07/23/2021
By Sokny Long
The Francis College of Engineering, Department of Mechanical Engineering, invites you to attend a master’s thesis defense by Evgenia Plaka on “Optimization of Composite Joints.”
MSE Candidate: Evgenia Plaka
Defense Date: Tuesday, August 3, 2021
Time: 11 a.m. to noon EST
Location: This will be a virtual defense via Zoom. Those interested in attending should contact the student evgenia_plaka@student.uml.edu and committee advisor, marianna_maiaru@uml.edu, at least 24 hours prior to the defense to request access to the meeting.
Committee Chair (Advisor): Marianna Maiaru, Ph.D., Assistant Professor, Mechanical Engineering, UMass Lowell
Committee Members:
- Scott Stapleton, Ph.D., Assistant Professor, Mechanical Engineering, UMass Lowell
- Stephen Jones, Aerospace Structural Engineer, Collier Research Corporation
- Brett Bednarcyk, Ph.D., Materials Research Engineer, NASA Glenn Research Center
- Evan Pineda, Ph.D., Aerospace Research Engineer, NASA Glenn Research Center
Brief Abstract:
The analysis and optimization of composite structures is a multiscale problem.
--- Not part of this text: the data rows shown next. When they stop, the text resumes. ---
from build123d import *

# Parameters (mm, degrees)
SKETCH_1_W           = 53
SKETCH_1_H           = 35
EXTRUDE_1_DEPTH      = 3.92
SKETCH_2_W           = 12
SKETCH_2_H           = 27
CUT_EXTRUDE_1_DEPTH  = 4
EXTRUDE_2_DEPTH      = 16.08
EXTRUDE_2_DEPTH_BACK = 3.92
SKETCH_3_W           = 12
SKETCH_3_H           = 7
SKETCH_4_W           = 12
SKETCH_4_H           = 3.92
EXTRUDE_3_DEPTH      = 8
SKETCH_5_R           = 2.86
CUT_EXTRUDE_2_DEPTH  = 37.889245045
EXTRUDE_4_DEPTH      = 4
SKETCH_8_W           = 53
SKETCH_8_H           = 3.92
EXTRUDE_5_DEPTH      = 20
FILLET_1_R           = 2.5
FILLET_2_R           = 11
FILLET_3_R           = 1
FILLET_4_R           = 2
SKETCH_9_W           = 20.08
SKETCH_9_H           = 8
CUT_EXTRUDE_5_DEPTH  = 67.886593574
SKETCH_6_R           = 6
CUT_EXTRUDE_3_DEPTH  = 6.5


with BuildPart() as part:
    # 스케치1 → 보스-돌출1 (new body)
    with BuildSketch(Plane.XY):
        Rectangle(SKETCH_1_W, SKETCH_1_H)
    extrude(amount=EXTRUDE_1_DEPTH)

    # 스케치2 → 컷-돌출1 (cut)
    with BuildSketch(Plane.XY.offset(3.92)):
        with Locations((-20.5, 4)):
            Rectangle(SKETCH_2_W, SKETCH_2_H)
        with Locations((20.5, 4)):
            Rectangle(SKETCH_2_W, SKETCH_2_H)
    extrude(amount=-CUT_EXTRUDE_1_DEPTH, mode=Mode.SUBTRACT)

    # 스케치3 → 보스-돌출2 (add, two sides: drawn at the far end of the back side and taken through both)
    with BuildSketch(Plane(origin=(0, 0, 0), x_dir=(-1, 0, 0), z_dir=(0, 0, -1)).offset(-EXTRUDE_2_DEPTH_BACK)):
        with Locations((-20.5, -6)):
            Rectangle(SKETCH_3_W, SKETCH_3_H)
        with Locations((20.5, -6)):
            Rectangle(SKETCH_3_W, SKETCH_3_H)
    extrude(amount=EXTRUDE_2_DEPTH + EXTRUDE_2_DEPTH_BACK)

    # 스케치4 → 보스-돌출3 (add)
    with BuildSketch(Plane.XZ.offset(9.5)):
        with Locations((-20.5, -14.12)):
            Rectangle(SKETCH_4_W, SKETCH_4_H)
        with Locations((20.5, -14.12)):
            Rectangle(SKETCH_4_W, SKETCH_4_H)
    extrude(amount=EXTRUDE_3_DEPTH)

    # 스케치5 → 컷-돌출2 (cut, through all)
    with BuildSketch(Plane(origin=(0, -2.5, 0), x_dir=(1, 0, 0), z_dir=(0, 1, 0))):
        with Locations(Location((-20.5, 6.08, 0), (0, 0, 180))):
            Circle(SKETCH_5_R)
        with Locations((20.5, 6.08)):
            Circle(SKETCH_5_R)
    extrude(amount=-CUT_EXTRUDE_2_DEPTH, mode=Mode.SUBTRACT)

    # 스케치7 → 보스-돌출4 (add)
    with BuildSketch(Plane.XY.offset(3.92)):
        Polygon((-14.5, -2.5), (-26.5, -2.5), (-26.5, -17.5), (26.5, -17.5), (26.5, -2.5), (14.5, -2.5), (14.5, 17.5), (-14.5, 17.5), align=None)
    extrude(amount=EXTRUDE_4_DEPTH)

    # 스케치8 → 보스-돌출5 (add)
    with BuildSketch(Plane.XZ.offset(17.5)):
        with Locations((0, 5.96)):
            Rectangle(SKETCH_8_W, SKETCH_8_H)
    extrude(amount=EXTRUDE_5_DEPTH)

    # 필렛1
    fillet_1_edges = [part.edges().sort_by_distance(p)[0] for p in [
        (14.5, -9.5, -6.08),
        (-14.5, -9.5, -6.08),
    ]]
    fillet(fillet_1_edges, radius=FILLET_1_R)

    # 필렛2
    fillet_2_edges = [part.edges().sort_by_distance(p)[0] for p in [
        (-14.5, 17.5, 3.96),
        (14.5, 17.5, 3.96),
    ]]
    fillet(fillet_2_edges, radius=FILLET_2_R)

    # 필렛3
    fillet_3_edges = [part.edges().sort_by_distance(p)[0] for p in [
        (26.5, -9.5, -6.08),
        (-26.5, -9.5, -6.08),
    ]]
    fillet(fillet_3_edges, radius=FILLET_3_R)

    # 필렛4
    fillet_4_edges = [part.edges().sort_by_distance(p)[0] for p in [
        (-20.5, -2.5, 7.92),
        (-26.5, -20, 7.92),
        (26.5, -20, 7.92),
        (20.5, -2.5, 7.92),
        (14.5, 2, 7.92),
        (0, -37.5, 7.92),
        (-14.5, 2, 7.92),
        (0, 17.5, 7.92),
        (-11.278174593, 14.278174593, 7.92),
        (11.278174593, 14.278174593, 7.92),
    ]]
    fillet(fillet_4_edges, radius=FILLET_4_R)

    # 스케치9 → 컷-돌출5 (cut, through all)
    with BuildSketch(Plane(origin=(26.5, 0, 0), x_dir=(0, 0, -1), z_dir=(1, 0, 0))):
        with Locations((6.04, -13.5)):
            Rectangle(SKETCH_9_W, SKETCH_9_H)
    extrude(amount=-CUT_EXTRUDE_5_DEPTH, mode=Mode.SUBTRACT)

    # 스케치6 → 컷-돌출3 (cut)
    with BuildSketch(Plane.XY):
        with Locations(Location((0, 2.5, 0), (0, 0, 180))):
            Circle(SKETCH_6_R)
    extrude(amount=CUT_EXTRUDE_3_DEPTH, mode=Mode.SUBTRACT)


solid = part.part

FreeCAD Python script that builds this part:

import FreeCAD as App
import Part
import Sketcher
Q = App.Units.Quantity


def edges_at(feature, points):
    """Names of the edges that pass closest to the given points."""
    edges = feature.Shape.Edges
    near = lambda p: min(range(len(edges)), key=lambda i: edges[i].distToShape(Part.Vertex(*p))[0])
    return sorted({f"Edge{near(p) + 1}" for p in points})

doc = App.newDocument("Part")
body = doc.addObject("PartDesign::Body", "Body")

# Sketch on XY plane
sketch1 = doc.addObject("Sketcher::SketchObject", "Sketch")
body.addObject(sketch1)
sketch1.AttachmentSupport = (doc.XY_Plane, [""])
sketch1.MapMode = "FlatFace"
sketch1.addGeometry([
    Part.LineSegment(App.Vector(-26, 18, 0), App.Vector(-26, -18, 0)),
    Part.LineSegment(App.Vector(-26, -18, 0), App.Vector(26, -18, 0)),
    Part.LineSegment(App.Vector(26, -18, 0), App.Vector(26, 18, 0)),
    Part.LineSegment(App.Vector(26, 18, 0), App.Vector(-26, 18, 0)),
], False)
sketch1.addConstraint([
    Sketcher.Constraint("Coincident", 0, 2, 1, 1),
    Sketcher.Constraint("Coincident", 1, 2, 2, 1),
    Sketcher.Constraint("Coincident", 2, 2, 3, 1),
    Sketcher.Constraint("Coincident", 3, 2, 0, 1),
    Sketcher.Constraint("Vertical", 0),
    Sketcher.Constraint("Horizontal", 1),
    Sketcher.Constraint("Vertical", 2),
    Sketcher.Constraint("Horizontal", 3),
    Sketcher.Constraint("Symmetric", 0, 2, 2, 2, -1, 1),
    Sketcher.Constraint("DistanceX", 1, 1, 1, 2, Q("53 mm")),
    Sketcher.Constraint("DistanceY", 0, 2, 0, 1, Q("35 mm")),
])
pad1 = doc.addObject("PartDesign::Pad", "Pad")
body.addObject(pad1)
pad1.Profile = sketch1
pad1.Length = 3.92

# Sketch on XY plane
sketch2 = doc.addObject("Sketcher::SketchObject", "Sketch001")
body.addObject(sketch2)
sketch2.AttachmentSupport = (doc.XY_Plane, [""])
sketch2.MapMode = "FlatFace"
sketch2.AttachmentOffset = App.Placement(App.Vector(0, 0, 3.92), App.Rotation())
sketch2.addGeometry([
    Part.LineSegment(App.Vector(-26, 18, 0), App.Vector(-26, -10, 0)),  # 0
    Part.LineSegment(App.Vector(-26, -10, 0), App.Vector(-14, -10, 0)),  # 1
    Part.LineSegment(App.Vector(-14, -10, 0), App.Vector(-14, 18, 0)),  # 2
    Part.LineSegment(App.Vector(-14, 18, 0), App.Vector(-26, 18, 0)),  # 3
    Part.LineSegment(App.Vector(14, 18, 0), App.Vector(14, -10, 0)),  # 4
    Part.LineSegment(App.Vector(14, -10, 0), App.Vector(26, -10, 0)),  # 5
    Part.LineSegment(App.Vector(26, -10, 0), App.Vector(26, 18, 0)),  # 6
    Part.LineSegment(App.Vector(26, 18, 0), App.Vector(14, 18, 0)),  # 7
], False)
sketch2.addConstraint([
    Sketcher.Constraint("Coincident", 0, 2, 1, 1),
    Sketcher.Constraint("Coincident", 1, 2, 2, 1),
    Sketcher.Constraint("Coincident", 2, 2, 3, 1),
    Sketcher.Constraint("Coincident", 3, 2, 0, 1),
    Sketcher.Constraint("Coincident", 4, 2, 5, 1),
    Sketcher.Constraint("Coincident", 5, 2, 6, 1),
    Sketcher.Constraint("Coincident", 6, 2, 7, 1),
    Sketcher.Constraint("Coincident", 7, 2, 4, 1),
    Sketcher.Constraint("Vertical", 0),
    Sketcher.Constraint("Horizontal", 1),
    Sketcher.Constraint("Vertical", 2),
    Sketcher.Constraint("Horizontal", 3),
    Sketcher.Constraint("Vertical", 4),
    Sketcher.Constraint("Horizontal", 5),
    Sketcher.Constraint("Vertical", 6),
    Sketcher.Constraint("Horizontal", 7),
    Sketcher.Constraint("Symmetric", 1, 2, 4, 2, -2),
    Sketcher.Constraint("Symmetric", 3, 2, 6, 2, -2),
    Sketcher.Constraint("DistanceX", 1, 1, 1, 2, Q("12 mm")),
    Sketcher.Constraint("DistanceY", 0, 2, 0, 1, Q("27 mm")),
    Sketcher.Constraint("DistanceX", 1, 2, 4, 2, Q("29 mm")),
    Sketcher.Constraint("DistanceY", 0, 2, -1, 1, Q("9.5 mm")),
])
pocket1 = doc.addObject("PartDesign::Pocket", "Pocket")
body.addObject(pocket1)
pocket1.Profile = sketch2
pocket1.Length = 4

# Sketch on XY plane
sketch3 = doc.addObject("Sketcher::SketchObject", "Sketch002")
body.addObject(sketch3)
sketch3.AttachmentSupport = (doc.XY_Plane, [""])
sketch3.MapMode = "FlatFace"
sketch3.addGeometry([
    Part.LineSegment(App.Vector(26, -2, 0), App.Vector(26, -10, 0)),  # 0
    Part.LineSegment(App.Vector(26, -10, 0), App.Vector(14, -10, 0)),  # 1
    Part.LineSegment(App.Vector(14, -10, 0), App.Vector(14, -2, 0)),  # 2
    Part.LineSegment(App.Vector(14, -2, 0), App.Vector(26, -2, 0)),  # 3
    Part.LineSegment(App.Vector(-14, -2, 0), App.Vector(-14, -10, 0)),  # 4
    Part.LineSegment(App.Vector(-14, -10, 0), App.Vector(-26, -10, 0)),  # 5
    Part.LineSegment(App.Vector(-26, -10, 0), App.Vector(-26, -2, 0)),  # 6
    Part.LineSegment(App.Vector(-26, -2, 0), App.Vector(-14, -2, 0)),  # 7
], False)
sketch3.addConstraint([
    Sketcher.Constraint("Coincident", 0, 2, 1, 1),
    Sketcher.Constraint("Coincident", 1, 2, 2, 1),
    Sketcher.Constraint("Coincident", 2, 2, 3, 1),
    Sketcher.Constraint("Coincident", 3, 2, 0, 1),
    Sketcher.Constraint("Coincident", 4, 2, 5, 1),
    Sketcher.Constraint("Coincident", 5, 2, 6, 1),
    Sketcher.Constraint("Coincident", 6, 2, 7, 1),
    Sketcher.Constraint("Coincident", 7, 2, 4, 1),
    Sketcher.Constraint("Vertical", 0),
    Sketcher.Constraint("Horizontal", 1),
    Sketcher.Constraint("Vertical", 2),
    Sketcher.Constraint("Horizontal", 3),
    Sketcher.Constraint("Vertical", 4),
    Sketcher.Constraint("Horizontal", 5),
    Sketcher.Constraint("Vertical", 6),
    Sketcher.Constraint("Horizontal", 7),
    Sketcher.Constraint("Symmetric", 1, 2, 4, 2, -2),
    Sketcher.Constraint("Symmetric", 3, 2, 6, 2, -2),
    Sketcher.Constraint("DistanceX", 1, 2, 1, 1, Q("12 mm")),
    Sketcher.Constraint("DistanceY", 0, 2, 0, 1, Q("7 mm")),
    Sketcher.Constraint("DistanceX", 4, 2, 1, 2, Q("29 mm")),
    Sketcher.Constraint("DistanceY", 0, 2, -1, 1, Q("9.5 mm")),
])
pad2 = doc.addObject("PartDesign::Pad", "Pad001")
body.addObject(pad2)
pad2.Profile = sketch3
pad2.Type = "TwoLengths"
pad2.Length = 16.08
pad2.Length2 = 3.92
pad2.Reversed = True

# Sketch on XZ plane
sketch4 = doc.addObject("Sketcher::SketchObject", "Sketch003")
body.addObject(sketch4)
sketch4.AttachmentSupport = (doc.XZ_Plane, [""])
sketch4.MapMode = "FlatFace"
sketch4.AttachmentOffset = App.Placement(App.Vector(0, 0, 9.5), App.Rotation())
sketch4.addGeometry([
    Part.LineSegment(App.Vector(-26.5, -12.2, 0), App.Vector(-26.5, -16.1, 0)),  # 0
    Part.LineSegment(App.Vector(-26.5, -16.1, 0), App.Vector(-14.5, -16.1, 0)),  # 1
    Part.LineSegment(App.Vector(-14.5, -16.1, 0), App.Vector(-14.5, -12.2, 0)),  # 2
    Part.LineSegment(App.Vector(-14.5, -12.2, 0), App.Vector(-26.5, -12.2, 0)),  # 3
    Part.LineSegment(App.Vector(14.5, -12.2, 0), App.Vector(14.5, -16.1, 0)),  # 4
    Part.LineSegment(App.Vector(14.5, -16.1, 0), App.Vector(26.5, -16.1, 0)),  # 5
    Part.LineSegment(App.Vector(26.5, -16.1, 0), App.Vector(26.5, -12.2, 0)),  # 6
    Part.LineSegment(App.Vector(26.5, -12.2, 0), App.Vector(14.5, -12.2, 0)),  # 7
], False)
sketch4.addConstraint([
    Sketcher.Constraint("Coincident", 0, 2, 1, 1),
    Sketcher.Constraint("Coincident", 1, 2, 2, 1),
    Sketcher.Constraint("Coincident", 2, 2, 3, 1),
    Sketcher.Constraint("Coincident", 3, 2, 0, 1),
    Sketcher.Constraint("Coincident", 4, 2, 5, 1),
    Sketcher.Constraint("Coincident", 5, 2, 6, 1),
    Sketcher.Constraint("Coincident", 6, 2, 7, 1),
    Sketcher.Constraint("Coincident", 7, 2, 4, 1),
    Sketcher.Constraint("Vertical", 0),
    Sketcher.Constraint("Horizontal", 1),
    Sketcher.Constraint("Vertical", 2),
    Sketcher.Constraint("Horizontal", 3),
    Sketcher.Constraint("Vertical", 4),
    Sketcher.Constraint("Horizontal", 5),
    Sketcher.Constraint("Vertical", 6),
    Sketcher.Constraint("Horizontal", 7),
    Sketcher.Constraint("Symmetric", 1, 2, 4, 2, -2),
    Sketcher.Constraint("Symmetric", 3, 2, 6, 2, -2),
    Sketcher.Constraint("DistanceX", 1, 1, 1, 2, Q("12 mm")),
    Sketcher.Constraint("DistanceX", 1, 2, 4, 2, Q("29 mm")),
    Sketcher.Constraint("DistanceY", 0, 2, 0, 1, Q("3.92 mm")),
    Sketcher.Constraint("DistanceY", 0, 2, -1, 1, Q("16.08 mm")),
])
pad3 = doc.addObject("PartDesign::Pad", "Pad002")
body.addObject(pad3)
pad3.Profile = sketch4
pad3.Length = 8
To overcome the complex multiscale design problem associated with composite structures, Integrated Computational Materials Engineering (ICME) frameworks are being investigated for their use in rapid composite optimization. Within ICME, several length scales are studied, integrated, and optimized using computational techniques to design the ultimate performance of the composite at the macroscale. The work presented in this thesis falls under the macroscale component of the ICME framework. Its aim is to establish a reliable analysis process for the optimization of a structural composite joint (Y-joint) to be used in an aircraft, using a rapid joint design tool software called HyperX.
HyperX was investigated as a substitute and/or complement to the finite element analysis software, Abaqus. Abaqus, while an extremely beneficial tool, trades computational efficiency for increased accuracy. A composite flat pi joint and a composite Y-joint (curved Pi-joint) were evaluated in HyperX to determine the applicability and limits of the software for the Pi-joint configurations because HyperX does not explicitly include Pi-joint capability. Furthermore, four main preliminary parametric studies were performed to better understand the capability of HyperX in predicting the stress distributions and trends in the Y-joint. The parameters explored were the joint curvature, the laminated skin thickness, the adhesive systems, and the ply composition. Lastly, preliminary failure predictions using appropriate failure criteria were analyzed for the effect of skin thickness.
All interested students and faculty members are invited to attend the online defense via remote access.